Oooohhh he's gorgeous!!!!!

Poor boy put in a tank with piranhas though.  He'll heal quickly though!


----------



## Neelie (Feb 18, 2010)

ah but he was flaring at them and didnt really seem to mind. lol. i think he was giving them a hard time too haha. he flares at evrything... gorgeous boy tho.


----------



## Neelie (Feb 18, 2010)

He is eating already!!!! god bless him lol

better pics woohoo


----------



## sstacy19 (Jan 20, 2010)

wow! What a story this guy has! He is beautiful, can't wait to see him after his fins grow back.


----------



## Neelie (Feb 18, 2010)

sstacy19 said:


> wow! What a story this guy has! He is beautiful, can't wait to see him after his fins grow back.


yeah lol. poor guy. he has a few missing scales and stuff, but he should heal up quickly. he has aq salt added, he's flying around happily flaring and he's eating  ill give him a week or so to make sure he has no diseases and add him into the big tank, with salmon who's doing better too. 

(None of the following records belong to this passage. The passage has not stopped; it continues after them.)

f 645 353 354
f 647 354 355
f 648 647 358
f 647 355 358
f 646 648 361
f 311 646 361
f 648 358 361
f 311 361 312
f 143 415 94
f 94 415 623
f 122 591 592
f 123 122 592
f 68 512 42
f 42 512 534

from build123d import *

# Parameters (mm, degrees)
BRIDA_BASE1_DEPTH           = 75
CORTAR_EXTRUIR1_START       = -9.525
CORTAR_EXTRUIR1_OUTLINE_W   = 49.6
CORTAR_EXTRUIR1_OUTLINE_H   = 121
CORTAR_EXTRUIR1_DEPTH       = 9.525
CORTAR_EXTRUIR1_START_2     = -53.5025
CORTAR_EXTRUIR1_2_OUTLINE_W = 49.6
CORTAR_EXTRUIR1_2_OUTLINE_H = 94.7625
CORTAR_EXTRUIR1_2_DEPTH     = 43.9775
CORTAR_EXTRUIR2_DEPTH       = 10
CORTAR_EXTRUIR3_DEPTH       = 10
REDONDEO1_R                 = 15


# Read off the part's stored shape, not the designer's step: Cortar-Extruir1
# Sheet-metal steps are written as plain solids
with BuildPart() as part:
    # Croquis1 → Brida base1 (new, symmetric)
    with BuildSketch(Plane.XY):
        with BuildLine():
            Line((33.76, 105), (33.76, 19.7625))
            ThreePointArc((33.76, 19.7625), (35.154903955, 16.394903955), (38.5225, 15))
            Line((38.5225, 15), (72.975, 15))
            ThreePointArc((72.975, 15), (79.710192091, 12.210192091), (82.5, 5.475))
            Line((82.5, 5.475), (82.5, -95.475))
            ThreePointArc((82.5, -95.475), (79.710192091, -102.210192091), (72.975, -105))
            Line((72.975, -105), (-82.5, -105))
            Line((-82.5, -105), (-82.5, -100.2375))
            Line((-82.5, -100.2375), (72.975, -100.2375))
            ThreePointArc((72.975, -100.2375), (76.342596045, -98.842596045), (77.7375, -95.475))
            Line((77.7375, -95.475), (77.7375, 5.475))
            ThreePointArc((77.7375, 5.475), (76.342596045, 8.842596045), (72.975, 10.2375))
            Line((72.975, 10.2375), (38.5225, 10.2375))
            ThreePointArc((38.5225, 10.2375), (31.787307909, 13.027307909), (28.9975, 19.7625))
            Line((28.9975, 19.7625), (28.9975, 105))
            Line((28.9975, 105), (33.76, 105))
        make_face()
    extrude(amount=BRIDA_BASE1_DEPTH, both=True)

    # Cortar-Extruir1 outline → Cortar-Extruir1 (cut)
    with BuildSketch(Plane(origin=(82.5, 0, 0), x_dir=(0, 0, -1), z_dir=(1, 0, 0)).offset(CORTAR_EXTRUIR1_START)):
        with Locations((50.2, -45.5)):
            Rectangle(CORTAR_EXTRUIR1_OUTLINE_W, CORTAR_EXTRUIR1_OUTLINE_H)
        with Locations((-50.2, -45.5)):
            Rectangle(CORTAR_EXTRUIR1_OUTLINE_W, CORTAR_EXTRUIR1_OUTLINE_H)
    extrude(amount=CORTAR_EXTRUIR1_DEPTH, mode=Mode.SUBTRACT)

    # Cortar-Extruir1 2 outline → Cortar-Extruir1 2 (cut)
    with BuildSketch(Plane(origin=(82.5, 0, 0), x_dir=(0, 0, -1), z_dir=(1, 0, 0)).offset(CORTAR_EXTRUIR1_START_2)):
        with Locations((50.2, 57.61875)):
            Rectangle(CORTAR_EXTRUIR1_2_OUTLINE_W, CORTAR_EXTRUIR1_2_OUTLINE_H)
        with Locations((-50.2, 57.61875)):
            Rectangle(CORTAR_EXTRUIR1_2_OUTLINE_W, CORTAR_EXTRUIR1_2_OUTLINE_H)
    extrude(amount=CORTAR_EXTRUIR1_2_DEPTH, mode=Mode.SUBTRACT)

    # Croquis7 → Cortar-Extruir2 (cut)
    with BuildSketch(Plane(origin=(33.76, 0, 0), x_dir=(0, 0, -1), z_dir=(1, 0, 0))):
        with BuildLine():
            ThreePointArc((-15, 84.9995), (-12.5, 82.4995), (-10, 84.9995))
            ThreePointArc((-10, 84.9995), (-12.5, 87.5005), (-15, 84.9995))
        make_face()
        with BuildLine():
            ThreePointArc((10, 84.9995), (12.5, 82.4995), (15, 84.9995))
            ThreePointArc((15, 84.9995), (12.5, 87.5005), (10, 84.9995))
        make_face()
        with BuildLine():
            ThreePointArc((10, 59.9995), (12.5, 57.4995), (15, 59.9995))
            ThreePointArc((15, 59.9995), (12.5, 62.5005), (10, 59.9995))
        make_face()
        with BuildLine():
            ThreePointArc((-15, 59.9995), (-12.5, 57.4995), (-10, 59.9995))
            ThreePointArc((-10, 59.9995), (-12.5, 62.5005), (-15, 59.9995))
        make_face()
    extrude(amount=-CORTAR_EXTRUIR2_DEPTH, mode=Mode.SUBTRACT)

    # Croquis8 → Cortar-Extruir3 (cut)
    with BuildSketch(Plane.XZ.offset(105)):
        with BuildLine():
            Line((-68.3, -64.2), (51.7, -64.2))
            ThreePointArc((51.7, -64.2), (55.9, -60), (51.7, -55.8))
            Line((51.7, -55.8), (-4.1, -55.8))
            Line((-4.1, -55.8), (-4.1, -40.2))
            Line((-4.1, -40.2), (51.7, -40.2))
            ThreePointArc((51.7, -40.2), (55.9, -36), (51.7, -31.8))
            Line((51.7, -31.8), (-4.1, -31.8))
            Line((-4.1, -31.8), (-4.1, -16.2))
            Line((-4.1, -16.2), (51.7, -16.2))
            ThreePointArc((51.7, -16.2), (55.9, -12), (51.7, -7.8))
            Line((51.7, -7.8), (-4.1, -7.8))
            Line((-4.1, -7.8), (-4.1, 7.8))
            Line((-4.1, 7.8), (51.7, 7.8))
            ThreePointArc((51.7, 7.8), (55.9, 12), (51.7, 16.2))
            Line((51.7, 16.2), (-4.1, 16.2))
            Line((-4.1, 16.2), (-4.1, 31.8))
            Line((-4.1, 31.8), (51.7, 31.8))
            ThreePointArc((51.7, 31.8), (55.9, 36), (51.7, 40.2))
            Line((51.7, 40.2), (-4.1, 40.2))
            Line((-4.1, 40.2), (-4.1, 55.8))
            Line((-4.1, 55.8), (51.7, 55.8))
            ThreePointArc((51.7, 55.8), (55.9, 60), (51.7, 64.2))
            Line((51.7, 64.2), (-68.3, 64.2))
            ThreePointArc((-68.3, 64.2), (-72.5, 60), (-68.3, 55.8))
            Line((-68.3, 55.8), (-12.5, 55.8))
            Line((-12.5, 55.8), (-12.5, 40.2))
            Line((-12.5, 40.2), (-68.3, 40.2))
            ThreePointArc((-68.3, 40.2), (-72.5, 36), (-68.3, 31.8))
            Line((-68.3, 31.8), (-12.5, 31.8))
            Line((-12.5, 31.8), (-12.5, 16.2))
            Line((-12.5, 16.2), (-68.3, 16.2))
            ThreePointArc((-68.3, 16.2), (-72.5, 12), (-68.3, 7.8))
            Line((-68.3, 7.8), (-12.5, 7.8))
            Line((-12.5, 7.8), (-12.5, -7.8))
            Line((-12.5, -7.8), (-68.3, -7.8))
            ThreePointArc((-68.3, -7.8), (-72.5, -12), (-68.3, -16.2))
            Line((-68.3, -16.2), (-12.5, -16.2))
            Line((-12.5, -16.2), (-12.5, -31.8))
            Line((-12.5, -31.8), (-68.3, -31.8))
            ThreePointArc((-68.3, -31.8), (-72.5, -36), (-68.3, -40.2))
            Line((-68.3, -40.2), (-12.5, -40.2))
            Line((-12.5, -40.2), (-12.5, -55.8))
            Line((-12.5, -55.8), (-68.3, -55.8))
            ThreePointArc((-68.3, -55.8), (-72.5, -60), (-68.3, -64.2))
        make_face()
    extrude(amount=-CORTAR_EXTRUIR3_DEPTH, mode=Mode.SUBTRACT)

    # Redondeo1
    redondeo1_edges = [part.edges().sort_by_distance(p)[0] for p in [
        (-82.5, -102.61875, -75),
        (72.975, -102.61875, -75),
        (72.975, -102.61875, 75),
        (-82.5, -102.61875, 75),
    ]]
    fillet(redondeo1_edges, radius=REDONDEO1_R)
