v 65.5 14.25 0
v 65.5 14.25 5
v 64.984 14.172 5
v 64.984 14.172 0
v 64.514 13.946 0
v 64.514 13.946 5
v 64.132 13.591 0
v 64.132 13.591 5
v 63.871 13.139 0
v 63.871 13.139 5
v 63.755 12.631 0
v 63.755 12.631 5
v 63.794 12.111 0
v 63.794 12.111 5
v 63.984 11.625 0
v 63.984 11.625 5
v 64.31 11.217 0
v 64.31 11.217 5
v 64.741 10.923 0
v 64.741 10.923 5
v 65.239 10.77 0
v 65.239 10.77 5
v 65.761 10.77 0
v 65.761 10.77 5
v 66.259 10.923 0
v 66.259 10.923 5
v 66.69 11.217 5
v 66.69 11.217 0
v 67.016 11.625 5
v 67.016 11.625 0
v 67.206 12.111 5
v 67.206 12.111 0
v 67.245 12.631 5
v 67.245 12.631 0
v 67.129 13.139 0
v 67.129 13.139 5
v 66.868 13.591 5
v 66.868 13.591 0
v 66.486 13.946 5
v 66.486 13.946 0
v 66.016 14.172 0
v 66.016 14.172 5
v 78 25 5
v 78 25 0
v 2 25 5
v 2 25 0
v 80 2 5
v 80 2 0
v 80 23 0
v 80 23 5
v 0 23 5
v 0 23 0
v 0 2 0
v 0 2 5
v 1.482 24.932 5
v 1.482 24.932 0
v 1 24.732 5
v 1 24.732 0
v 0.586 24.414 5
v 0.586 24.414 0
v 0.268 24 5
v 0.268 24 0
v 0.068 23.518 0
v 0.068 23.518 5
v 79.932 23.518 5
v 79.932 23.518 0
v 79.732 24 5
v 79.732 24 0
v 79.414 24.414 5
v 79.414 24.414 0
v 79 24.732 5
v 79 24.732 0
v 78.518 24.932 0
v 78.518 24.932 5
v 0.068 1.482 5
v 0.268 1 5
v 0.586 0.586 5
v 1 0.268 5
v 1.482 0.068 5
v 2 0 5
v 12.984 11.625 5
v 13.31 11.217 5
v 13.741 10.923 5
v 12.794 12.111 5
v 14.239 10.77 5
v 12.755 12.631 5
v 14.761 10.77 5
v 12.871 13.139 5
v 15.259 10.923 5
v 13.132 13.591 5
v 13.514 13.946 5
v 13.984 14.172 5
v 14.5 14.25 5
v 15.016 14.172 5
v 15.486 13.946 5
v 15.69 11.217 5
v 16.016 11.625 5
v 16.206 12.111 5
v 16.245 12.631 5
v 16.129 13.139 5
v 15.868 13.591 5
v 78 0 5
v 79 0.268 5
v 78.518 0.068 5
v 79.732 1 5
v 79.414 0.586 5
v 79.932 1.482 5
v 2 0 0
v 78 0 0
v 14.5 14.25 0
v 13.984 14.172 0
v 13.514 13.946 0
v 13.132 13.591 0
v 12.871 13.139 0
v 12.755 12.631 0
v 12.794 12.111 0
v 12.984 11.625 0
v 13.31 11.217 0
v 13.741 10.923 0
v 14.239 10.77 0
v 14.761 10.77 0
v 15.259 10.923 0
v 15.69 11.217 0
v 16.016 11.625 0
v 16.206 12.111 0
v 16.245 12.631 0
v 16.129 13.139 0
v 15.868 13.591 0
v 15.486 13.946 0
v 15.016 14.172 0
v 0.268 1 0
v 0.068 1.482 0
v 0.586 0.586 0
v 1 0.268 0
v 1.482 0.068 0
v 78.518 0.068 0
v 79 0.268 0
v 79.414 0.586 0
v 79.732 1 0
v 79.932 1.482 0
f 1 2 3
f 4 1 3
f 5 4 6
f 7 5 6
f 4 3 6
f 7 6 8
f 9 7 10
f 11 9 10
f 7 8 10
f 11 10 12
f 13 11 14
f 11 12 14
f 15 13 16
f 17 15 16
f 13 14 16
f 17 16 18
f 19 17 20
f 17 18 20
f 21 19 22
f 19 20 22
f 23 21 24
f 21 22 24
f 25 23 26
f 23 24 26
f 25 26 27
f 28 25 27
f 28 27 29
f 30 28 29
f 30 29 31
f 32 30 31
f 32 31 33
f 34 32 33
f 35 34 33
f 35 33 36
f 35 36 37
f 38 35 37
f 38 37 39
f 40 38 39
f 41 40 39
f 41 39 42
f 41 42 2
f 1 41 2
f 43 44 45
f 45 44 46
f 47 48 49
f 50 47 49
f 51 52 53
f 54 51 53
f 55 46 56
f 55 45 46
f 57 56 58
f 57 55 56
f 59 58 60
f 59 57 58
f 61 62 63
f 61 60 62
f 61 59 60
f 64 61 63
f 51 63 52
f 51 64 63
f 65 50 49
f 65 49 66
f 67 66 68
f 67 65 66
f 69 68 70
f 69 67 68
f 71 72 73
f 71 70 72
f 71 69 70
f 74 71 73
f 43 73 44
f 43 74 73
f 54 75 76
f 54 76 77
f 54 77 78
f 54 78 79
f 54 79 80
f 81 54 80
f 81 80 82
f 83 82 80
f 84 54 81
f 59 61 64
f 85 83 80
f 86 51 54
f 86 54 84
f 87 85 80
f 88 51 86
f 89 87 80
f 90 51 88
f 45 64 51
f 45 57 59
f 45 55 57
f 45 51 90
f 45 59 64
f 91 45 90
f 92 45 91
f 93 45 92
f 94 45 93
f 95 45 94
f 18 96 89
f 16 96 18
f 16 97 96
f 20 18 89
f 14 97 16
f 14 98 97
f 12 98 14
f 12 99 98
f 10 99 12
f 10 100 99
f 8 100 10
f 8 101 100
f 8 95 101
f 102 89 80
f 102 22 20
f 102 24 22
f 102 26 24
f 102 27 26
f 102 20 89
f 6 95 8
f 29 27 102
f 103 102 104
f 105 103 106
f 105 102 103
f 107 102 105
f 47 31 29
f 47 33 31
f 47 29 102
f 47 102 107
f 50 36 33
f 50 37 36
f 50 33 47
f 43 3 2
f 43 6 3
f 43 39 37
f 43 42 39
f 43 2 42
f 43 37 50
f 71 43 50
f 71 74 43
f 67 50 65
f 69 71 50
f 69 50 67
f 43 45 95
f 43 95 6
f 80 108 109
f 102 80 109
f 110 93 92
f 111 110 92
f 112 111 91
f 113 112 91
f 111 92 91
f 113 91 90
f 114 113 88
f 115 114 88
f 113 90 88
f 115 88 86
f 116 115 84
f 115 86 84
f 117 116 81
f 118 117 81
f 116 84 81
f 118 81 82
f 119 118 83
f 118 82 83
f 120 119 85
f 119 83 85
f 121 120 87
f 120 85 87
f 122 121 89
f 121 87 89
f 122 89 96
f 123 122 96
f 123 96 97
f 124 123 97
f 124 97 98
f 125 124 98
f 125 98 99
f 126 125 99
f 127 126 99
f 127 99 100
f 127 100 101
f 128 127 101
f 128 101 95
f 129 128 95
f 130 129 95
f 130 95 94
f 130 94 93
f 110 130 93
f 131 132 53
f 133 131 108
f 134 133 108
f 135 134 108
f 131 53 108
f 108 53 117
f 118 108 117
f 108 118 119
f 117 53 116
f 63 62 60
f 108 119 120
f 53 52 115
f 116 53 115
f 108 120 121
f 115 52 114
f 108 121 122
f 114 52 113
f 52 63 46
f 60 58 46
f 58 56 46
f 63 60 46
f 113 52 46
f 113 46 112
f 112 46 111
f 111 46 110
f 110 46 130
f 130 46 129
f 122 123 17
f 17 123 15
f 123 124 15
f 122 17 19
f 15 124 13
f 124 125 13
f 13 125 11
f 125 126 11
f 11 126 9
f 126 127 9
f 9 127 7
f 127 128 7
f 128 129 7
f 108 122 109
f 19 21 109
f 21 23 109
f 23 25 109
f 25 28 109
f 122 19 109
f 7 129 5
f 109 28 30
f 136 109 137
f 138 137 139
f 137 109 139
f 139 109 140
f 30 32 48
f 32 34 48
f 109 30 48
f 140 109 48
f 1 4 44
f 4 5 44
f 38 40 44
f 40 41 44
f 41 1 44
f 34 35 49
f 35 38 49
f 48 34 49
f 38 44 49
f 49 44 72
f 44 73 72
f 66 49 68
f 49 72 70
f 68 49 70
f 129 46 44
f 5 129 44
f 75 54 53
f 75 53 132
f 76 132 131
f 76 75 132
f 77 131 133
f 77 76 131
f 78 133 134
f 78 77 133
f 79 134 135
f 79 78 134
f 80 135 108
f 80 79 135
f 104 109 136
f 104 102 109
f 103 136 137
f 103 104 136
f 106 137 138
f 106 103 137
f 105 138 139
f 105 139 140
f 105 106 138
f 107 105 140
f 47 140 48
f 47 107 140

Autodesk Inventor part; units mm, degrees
ref_plane "YZ Plane" through (0, 0, 0) normal (1, 0, 0) x (0, 1, 0)
ref_plane "XZ Plane" through (0, 0, 0) normal (0, 1, 0) x (-1, 0, 0)
ref_plane "XY Plane" through (0, 0, 0) normal (0, 0, 1) x (1, 0, 0)
sketch "Sketch1" plane through (0, 0, 0) normal (0, 0, 1) x (1, 0, 0)
  line L0 (0, 0) -> (80, 0)
  line L1 (80, 0) -> (80, 25)
  line L2 (80, 25) -> (0, 25)
  line L3 (0, 25) -> (0, 0)
  point P0 (14.5, 12.5)
  point P1 (65.5, 12.5)
  dimension "d0" = 80
  dimension "d1" = 25
  dimension "d2" = 12.5
  dimension "d3" = 14.5
  dimension "d4" = 51
extrude "Extrusion1" add sketch "Sketch1" along normal blind 5
sketch "Sketch2" plane through (0, 0, 0) normal (0, 0, 1) x (1, 0, 0)
  line L0 (0, 0) -> (80, 0)
  line L1 (80, 0) -> (80, 25)
  line L2 (80, 25) -> (0, 25)
  line L3 (0, 25) -> (0, 0)
  point P0 (14.5, 12.5)
  point P1 (65.5, 12.5)
  dimension "d5" = 80
  dimension "d6" = 25
  dimension "d7" = 12.5
  dimension "d8" = 14.5
  dimension "d9" = 51
hole "Hole1" at (14.5, 12.5, 0) at (65.5, 12.5, 0) direction (0, 0, 1) diameter 3.5 end through all
fillet "Fillet1" radius 2 4 edges at (0, 25, 2.5) (80, 25, 2.5) (80, 0, 2.5) (0, 0, 2.5)
sketch "Sketch3" plane through (0, 0, 5) normal (0, 0, 1) x (1, 0, 0)
  arc A0 (0, 2) -> (2, 0) centre (2, 2) ccw projected
  line L0 (2, 0) -> (78, 0) projected
  arc A1 (78, 0) -> (80, 2) centre (78, 2) ccw projected
  line L1 (80, 2) -> (80, 23) projected
  arc A2 (80, 23) -> (78, 25) centre (78, 23) ccw projected
  line L2 (78, 25) -> (2, 25) projected
  arc A3 (2, 25) -> (0, 23) centre (2, 23) ccw projected
  line L3 (0, 23) -> (0, 2) projected
  circle A4 centre (14.5, 12.5) radius 1.75 projected
  circle A5 centre (65.5, 12.5) radius 1.75 projected
  point P0 (0, 0)
properties part number "BasePatasVTOL"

i have a feeling a saw him a long time ago in the shop but didnt recognise him as a betta.... and afaik he was more browny than the black he is now.... :roll: but this time i just saw him and something in me went snap LOL


----------



## BettaxFishxCrazy (Sep 5, 2009)

He's gorgeous!


----------



## Jennyinurmouth (Apr 6, 2010)

He looks like Spoof!!! omg he is so pretty. hehe you found my baby's twin.. poor baby. He looks healthy though


----------



## Jayy (Dec 23, 2009)

sad that he was in a piranha tank but hes really pretty!


----------



## BerkB33 (Oct 23, 2009)

Maybe a stupid question... I'm new to the betta gig, but how can you tell if Cola is a VT, Plakat, or what? In looking at him through my ignorant eyes he looks like he could be either?


----------



## Neelie (Feb 18, 2010)

BerkB33 said:


> Maybe a stupid question... I'm new to the betta gig, but how can you tell if Cola is a VT, Plakat, or what? In looking at him through my ignorant eyes he looks like he could be either?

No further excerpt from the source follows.